И на удивленно устремленный на него взгляд Майи он с поклоном прибавил:
— Позвольте мне себя назвать: я граф Ариан де Карма…
— Иностранец — и так свободно говорите по-русски? — не могла не изумиться Майя.
— О! Это неудивительно: моя мать княгиня Белопольская, рожденная княжна Малорукова, по второму браку рано овдовела и безвыездно поселилась в России, в своем имении, тотчас после смерти отца моего… Я вырос на берегах Днепра и, несмотря на имя, больше русский, чем итальянец.

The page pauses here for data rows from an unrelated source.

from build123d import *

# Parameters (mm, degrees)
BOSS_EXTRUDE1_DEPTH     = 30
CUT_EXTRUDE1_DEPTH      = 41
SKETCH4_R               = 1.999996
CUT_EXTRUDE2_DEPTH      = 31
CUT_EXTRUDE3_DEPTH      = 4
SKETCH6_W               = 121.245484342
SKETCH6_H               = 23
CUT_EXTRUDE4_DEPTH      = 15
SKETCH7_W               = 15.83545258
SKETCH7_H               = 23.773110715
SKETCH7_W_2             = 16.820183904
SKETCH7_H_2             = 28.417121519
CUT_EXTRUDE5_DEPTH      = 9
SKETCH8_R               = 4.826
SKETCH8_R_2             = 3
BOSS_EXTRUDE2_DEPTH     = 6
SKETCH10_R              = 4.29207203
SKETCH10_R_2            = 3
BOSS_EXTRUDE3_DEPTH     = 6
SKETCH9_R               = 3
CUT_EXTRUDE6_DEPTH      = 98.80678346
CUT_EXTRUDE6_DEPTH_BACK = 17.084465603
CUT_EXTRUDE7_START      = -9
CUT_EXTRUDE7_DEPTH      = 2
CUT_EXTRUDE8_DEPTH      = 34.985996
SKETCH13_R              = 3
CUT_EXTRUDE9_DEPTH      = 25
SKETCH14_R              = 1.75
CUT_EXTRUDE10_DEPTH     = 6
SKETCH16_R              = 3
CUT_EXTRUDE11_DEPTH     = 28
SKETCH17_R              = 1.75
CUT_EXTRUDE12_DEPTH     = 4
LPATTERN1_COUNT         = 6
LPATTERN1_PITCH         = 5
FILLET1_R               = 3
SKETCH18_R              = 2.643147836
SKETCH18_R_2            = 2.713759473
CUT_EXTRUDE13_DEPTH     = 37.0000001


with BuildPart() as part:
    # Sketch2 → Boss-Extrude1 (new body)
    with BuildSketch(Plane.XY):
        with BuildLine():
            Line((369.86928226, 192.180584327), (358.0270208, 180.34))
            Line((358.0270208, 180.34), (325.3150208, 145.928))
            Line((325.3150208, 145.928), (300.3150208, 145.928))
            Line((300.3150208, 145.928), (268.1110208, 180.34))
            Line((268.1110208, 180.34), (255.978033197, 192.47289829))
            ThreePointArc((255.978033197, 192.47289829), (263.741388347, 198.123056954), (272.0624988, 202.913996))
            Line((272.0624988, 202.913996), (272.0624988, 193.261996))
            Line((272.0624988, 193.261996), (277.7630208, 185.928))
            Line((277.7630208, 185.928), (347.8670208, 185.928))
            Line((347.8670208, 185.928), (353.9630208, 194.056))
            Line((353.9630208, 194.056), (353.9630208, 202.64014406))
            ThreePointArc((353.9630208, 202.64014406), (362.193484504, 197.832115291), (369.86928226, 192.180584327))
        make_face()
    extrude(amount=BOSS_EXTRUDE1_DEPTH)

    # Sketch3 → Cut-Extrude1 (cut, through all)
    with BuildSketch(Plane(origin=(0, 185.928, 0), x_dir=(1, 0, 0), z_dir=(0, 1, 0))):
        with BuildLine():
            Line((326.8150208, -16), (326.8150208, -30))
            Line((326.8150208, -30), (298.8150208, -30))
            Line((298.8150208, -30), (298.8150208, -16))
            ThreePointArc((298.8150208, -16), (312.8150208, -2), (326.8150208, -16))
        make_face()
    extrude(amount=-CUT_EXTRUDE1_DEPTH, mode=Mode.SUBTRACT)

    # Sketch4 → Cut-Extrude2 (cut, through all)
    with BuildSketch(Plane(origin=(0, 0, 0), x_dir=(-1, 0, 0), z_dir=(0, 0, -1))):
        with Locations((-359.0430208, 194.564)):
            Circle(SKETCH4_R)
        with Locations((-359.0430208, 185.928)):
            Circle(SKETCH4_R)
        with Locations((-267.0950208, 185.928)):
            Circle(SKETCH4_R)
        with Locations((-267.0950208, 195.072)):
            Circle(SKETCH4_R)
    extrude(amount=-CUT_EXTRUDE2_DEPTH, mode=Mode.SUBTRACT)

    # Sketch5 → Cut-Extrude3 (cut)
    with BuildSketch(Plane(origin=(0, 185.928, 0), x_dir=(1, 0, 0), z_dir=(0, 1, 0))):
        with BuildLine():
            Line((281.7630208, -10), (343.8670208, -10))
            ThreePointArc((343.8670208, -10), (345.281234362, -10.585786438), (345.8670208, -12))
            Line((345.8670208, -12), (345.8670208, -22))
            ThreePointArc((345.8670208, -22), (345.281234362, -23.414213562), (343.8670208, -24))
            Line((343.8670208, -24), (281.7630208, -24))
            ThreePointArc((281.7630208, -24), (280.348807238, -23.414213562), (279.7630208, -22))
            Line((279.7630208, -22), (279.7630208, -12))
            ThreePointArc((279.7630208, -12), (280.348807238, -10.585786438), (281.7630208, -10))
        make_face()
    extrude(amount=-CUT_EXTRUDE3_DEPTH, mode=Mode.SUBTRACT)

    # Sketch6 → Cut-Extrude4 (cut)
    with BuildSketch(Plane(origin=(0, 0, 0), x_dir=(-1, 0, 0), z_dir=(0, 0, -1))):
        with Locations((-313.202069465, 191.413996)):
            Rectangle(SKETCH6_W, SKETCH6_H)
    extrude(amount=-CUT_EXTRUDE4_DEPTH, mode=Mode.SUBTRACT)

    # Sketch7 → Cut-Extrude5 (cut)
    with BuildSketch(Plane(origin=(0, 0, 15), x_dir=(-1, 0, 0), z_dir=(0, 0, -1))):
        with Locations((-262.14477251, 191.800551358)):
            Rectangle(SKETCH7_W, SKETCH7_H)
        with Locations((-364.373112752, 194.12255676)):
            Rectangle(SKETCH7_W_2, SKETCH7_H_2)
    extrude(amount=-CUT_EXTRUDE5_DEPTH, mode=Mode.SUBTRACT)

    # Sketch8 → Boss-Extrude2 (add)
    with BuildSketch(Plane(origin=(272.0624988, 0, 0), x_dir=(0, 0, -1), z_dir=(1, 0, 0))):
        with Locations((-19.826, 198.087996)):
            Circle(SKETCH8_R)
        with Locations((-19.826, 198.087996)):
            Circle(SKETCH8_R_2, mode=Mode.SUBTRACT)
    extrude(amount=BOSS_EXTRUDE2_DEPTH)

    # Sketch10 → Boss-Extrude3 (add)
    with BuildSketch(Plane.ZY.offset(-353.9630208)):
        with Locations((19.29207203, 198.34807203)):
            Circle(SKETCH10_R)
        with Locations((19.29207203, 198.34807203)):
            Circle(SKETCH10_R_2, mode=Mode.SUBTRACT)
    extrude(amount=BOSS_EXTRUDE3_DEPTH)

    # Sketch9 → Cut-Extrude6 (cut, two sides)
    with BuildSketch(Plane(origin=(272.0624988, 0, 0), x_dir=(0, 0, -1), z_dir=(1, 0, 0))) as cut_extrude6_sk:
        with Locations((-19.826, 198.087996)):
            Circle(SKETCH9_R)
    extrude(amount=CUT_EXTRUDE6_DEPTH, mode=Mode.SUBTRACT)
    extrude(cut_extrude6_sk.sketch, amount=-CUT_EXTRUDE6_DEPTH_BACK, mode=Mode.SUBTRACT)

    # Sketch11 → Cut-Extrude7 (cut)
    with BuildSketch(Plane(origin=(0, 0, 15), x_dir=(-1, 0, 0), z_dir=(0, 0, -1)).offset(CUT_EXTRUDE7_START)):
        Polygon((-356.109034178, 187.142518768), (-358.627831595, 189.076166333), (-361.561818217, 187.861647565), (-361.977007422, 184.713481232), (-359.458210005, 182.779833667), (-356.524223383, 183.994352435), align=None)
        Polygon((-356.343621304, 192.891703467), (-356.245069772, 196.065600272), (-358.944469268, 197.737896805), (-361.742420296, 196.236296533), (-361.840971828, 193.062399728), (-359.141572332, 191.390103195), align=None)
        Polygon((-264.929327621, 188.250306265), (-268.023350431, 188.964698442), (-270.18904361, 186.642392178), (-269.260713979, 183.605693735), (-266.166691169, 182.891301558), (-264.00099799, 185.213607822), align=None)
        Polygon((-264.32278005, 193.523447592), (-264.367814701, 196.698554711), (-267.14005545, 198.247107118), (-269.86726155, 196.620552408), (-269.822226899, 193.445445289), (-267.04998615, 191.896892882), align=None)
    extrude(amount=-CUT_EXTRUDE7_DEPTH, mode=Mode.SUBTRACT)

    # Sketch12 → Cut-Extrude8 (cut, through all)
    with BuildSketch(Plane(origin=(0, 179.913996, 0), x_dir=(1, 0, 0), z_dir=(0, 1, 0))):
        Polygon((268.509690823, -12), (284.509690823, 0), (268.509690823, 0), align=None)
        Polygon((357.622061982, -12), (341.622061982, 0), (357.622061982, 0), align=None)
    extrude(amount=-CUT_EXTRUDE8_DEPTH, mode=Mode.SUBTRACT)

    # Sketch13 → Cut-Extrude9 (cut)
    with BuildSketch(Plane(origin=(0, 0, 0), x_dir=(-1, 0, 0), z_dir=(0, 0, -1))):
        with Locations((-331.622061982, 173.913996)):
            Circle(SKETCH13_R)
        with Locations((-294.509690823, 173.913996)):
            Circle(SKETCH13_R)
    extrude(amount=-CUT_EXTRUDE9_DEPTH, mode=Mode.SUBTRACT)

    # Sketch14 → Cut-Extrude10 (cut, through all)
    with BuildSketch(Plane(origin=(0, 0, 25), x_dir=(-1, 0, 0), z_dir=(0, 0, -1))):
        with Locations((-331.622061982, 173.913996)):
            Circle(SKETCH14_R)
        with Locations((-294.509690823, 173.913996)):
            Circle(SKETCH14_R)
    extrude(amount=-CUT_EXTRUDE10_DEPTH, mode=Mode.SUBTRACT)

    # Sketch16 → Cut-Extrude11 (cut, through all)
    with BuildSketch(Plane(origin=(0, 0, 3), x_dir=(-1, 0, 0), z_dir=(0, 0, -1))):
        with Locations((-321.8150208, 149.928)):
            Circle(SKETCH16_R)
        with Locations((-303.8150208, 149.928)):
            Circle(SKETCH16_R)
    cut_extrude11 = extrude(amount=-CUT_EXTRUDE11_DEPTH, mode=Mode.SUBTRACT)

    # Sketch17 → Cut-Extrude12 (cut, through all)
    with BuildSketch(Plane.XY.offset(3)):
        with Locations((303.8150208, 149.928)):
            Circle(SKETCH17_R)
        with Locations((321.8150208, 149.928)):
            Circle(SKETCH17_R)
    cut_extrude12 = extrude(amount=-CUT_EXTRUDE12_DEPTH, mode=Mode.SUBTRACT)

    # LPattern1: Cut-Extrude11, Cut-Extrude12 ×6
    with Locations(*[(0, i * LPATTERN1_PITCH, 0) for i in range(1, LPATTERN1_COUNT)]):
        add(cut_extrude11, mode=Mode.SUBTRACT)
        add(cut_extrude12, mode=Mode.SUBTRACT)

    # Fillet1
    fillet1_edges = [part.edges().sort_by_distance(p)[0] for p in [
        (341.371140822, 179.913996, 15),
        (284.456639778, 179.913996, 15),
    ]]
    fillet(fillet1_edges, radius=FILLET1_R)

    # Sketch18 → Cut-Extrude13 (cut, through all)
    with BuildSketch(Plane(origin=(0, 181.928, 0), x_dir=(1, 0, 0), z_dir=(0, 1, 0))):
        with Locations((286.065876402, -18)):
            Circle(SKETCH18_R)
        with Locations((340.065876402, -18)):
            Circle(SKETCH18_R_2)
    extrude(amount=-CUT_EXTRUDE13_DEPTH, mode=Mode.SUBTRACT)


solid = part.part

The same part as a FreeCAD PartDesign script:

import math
import FreeCAD as App
import Part
import Sketcher
from FreeCAD import Vector


def edges_at(feature, points):
    """Names of the edges that pass closest to the given points."""
    edges = feature.Shape.Edges
    near = lambda p: min(range(len(edges)), key=lambda i: edges[i].distToShape(Part.Vertex(*p))[0])
    return sorted({f"Edge{near(p) + 1}" for p in points})


def add_polygon(sketch, points):
    """Adds a closed chain of lines whose ends are joined by coincident constraints."""
    first, n = sketch.GeometryCount, len(points)
    for a, b in zip(points, points[1:] + points[:1]):
        sketch.addGeometry(Part.LineSegment(App.Vector(*a, 0), App.Vector(*b, 0)), False)
    for i in range(n):
        sketch.addConstraint(Sketcher.Constraint("Coincident", first + i, 2, first + (i + 1) % n, 1))

doc = App.newDocument("Part")
body = doc.addObject("PartDesign::Body", "Body")

sketch1 = doc.addObject("Sketcher::SketchObject", "Sketch")
body.addObject(sketch1)
sketch1.AttachmentSupport = (doc.XY_Plane, [""])
sketch1.MapMode = "FlatFace"
sketch1.addGeometry(Part.LineSegment(Vector(358, 180, 0), Vector(370, 192, 0)), False)
sketch1.addGeometry(Part.ArcOfCircle(Part.Circle(Vector(313, 123, 0), Vector(0, 0, 1), 90), math.radians(50.6), math.radians(62.74)), False)
sketch1.addGeometry(Part.LineSegment(Vector(354, 203, 0), Vector(354, 194, 0)), False)
sketch1.addGeometry(Part.LineSegment(Vector(354, 194, 0), Vector(348, 186, 0)), False)
sketch1.addGeometry(Part.LineSegment(Vector(348, 186, 0), Vector(278, 186, 0)), False)
sketch1.addGeometry(Part.LineSegment(Vector(278, 186, 0), Vector(272, 193, 0)), False)
sketch1.addGeometry(Part.LineSegment(Vector(272, 193, 0), Vector(272, 203, 0)), False)
sketch1.addGeometry(Part.ArcOfCircle(Part.Circle(Vector(313, 123, 0), Vector(0, 0, 1), 90), math.radians(116.87), math.radians(129.1)), False)
sketch1.addGeometry(Part.LineSegment(Vector(256, 192, 0), Vector(268, 180, 0)), False)
sketch1.addGeometry(Part.LineSegment(Vector(268, 180, 0), Vector(300, 146, 0)), False)
sketch1.addGeometry(Part.LineSegment(Vector(300, 146, 0), Vector(325, 146, 0)), False)
sketch1.addGeometry(Part.LineSegment(Vector(325, 146, 0), Vector(358, 180, 0)), False)
sketch1.addConstraint(Sketcher.Constraint("Coincident", 0, 2, 1, 1))
sketch1.addConstraint(Sketcher.Constraint("Coincident", 1, 2, 2, 1))
sketch1.addConstraint(Sketcher.Constraint("Coincident", 2, 2, 3, 1))
sketch1.addConstraint(Sketcher.Constraint("Coincident", 3, 2, 4, 1))
sketch1.addConstraint(Sketcher.Constraint("Coincident", 4, 2, 5, 1))
sketch1.addConstraint(Sketcher.Constraint("Coincident", 5, 2, 6, 1))
sketch1.addConstraint(Sketcher.Constraint("Coincident", 6, 2, 7, 1))
sketch1.addConstraint(Sketcher.Constraint("Coincident", 7, 2, 8, 1))
sketch1.addConstraint(Sketcher.Constraint("Coincident", 8, 2, 9, 1))
sketch1.addConstraint(Sketcher.Constraint("Coincident", 9, 2, 10, 1))
sketch1.addConstraint(Sketcher.Constraint("Coincident", 10, 2, 11, 1))
sketch1.addConstraint(Sketcher.Constraint("Coincident", 11, 2, 0, 1))
sketch1.addConstraint(Sketcher.Constraint("Vertical", 2))
sketch1.addConstraint(Sketcher.Constraint("Horizontal", 4))
sketch1.addConstraint(Sketcher.Constraint("Vertical", 6))
sketch1.addConstraint(Sketcher.Constraint("Horizontal", 10))
sketch1.addConstraint(Sketcher.Constraint("Coincident", 7, 3, 1, 3))
sketch1.addConstraint(Sketcher.Constraint("Equal", 1, 7))
sketch1.addConstraint(Sketcher.Constraint("Horizontal", 8, 2, 11, 2))
sketch1.addConstraint(Sketcher.Constraint("Radius", 1, 89.999998))
sketch1.addConstraint(Sketcher.Constraint("DistanceX", 10, 1, 10, 2, 25.0))
sketch1.addConstraint(Sketcher.Constraint("DistanceY", 9, 2, 4, 2, 40.0))
sketch1.addConstraint(Sketcher.Constraint("DistanceX", 4, 2, 2, 2, 76.2))
sketch1.addConstraint(Sketcher.Constraint("Distance", 3, 10.16))
sketch1.addConstraint(Sketcher.Constraint("DistanceX", 4, 2, 4, 1, 70.104))
sketch1.addConstraint(Sketcher.Constraint("DistanceY", 6, 1, 6, 2, 9.652))
sketch1.addConstraint(Sketcher.Constraint("DistanceY", -1, 1, 8, 2, 180.34))
sketch1.addConstraint(Sketcher.Constraint("DistanceX", 3, 2, 11, 2, 10.16))
sketch1.addConstraint(Sketcher.Constraint("DistanceY", -1, 1, 2, 2, 194.056))
sketch1.addConstraint(Sketcher.Constraint("DistanceX", 8, 2, 4, 2, 9.652))
sketch1.addConstraint(Sketcher.Constraint("DistanceX", 4, 2, 9, 2, 22.552))
sketch1.addConstraint(Sketcher.Constraint("Distance", 0, 16.746301))
sketch1.addConstraint(Sketcher.Constraint("DistanceX", -1, 1, 5, 2, 272.062499))
sketch1.addConstraint(Sketcher.Constraint("DistanceY", -1, 1, 7, 2, 192.472898))
sketch1.addConstraint(Sketcher.Constraint("DistanceX", 1, 3, 0, 2, 57.124499))
sketch1.addConstraint(Sketcher.Constraint("Distance", 5, 9.288888))
sketch1.addConstraint(Sketcher.Constraint("DistanceY", 2, 2, 2, 1, 8.584144))
pad1 = doc.addObject("PartDesign::Pad", "Pad")
body.addObject(pad1)
pad1.Profile = sketch1
pad1.Length = 30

Он снова снял шляпу и, поклонившись, добавил, весело на нее глядя:
— Итак, я надеюсь, вы позволите мне, на этот раз с полным убеждением, сказать вам: до свидания!
— И, вероятно, до очень скорого! — так же весело отвечала ему Майя и протянула руку.
Граф быстро сдернул перчатку и крепко пожал, тоже без перчатки, протянутую ему руку… И странное дело! Едва сблизились руки их, с обоими сталось что-то, никогда прежде не испытанное… Он сразу почувствовал, что эта девушка стала ему бесконечно дорога, — вещь бывалая если не с ним, так с другими, и вполне понятная; но почему на ней это первое пожатие руки сразу полюбившего ее человека отозвалось таким болезненным ударом в сердце?.. Почему она побледнела и похолодела, и в глазах ее свет помутился до того, что она едва на ногах устояла под гнетом невыносимо тяжкого ощущения; и сердце сжалось и замерло как под ударом ножа, лишившего его жизни…
Собрав все силы, Майя кивнула ему головой и, не глядя, хотела скорее уйти; она не сделала и двух шагов, как граф Карма воскликнул:
— Позвольте, m-lle Ринарди! Не вы ли это потеряли?
И наклонившись, он поднял что-то с земли.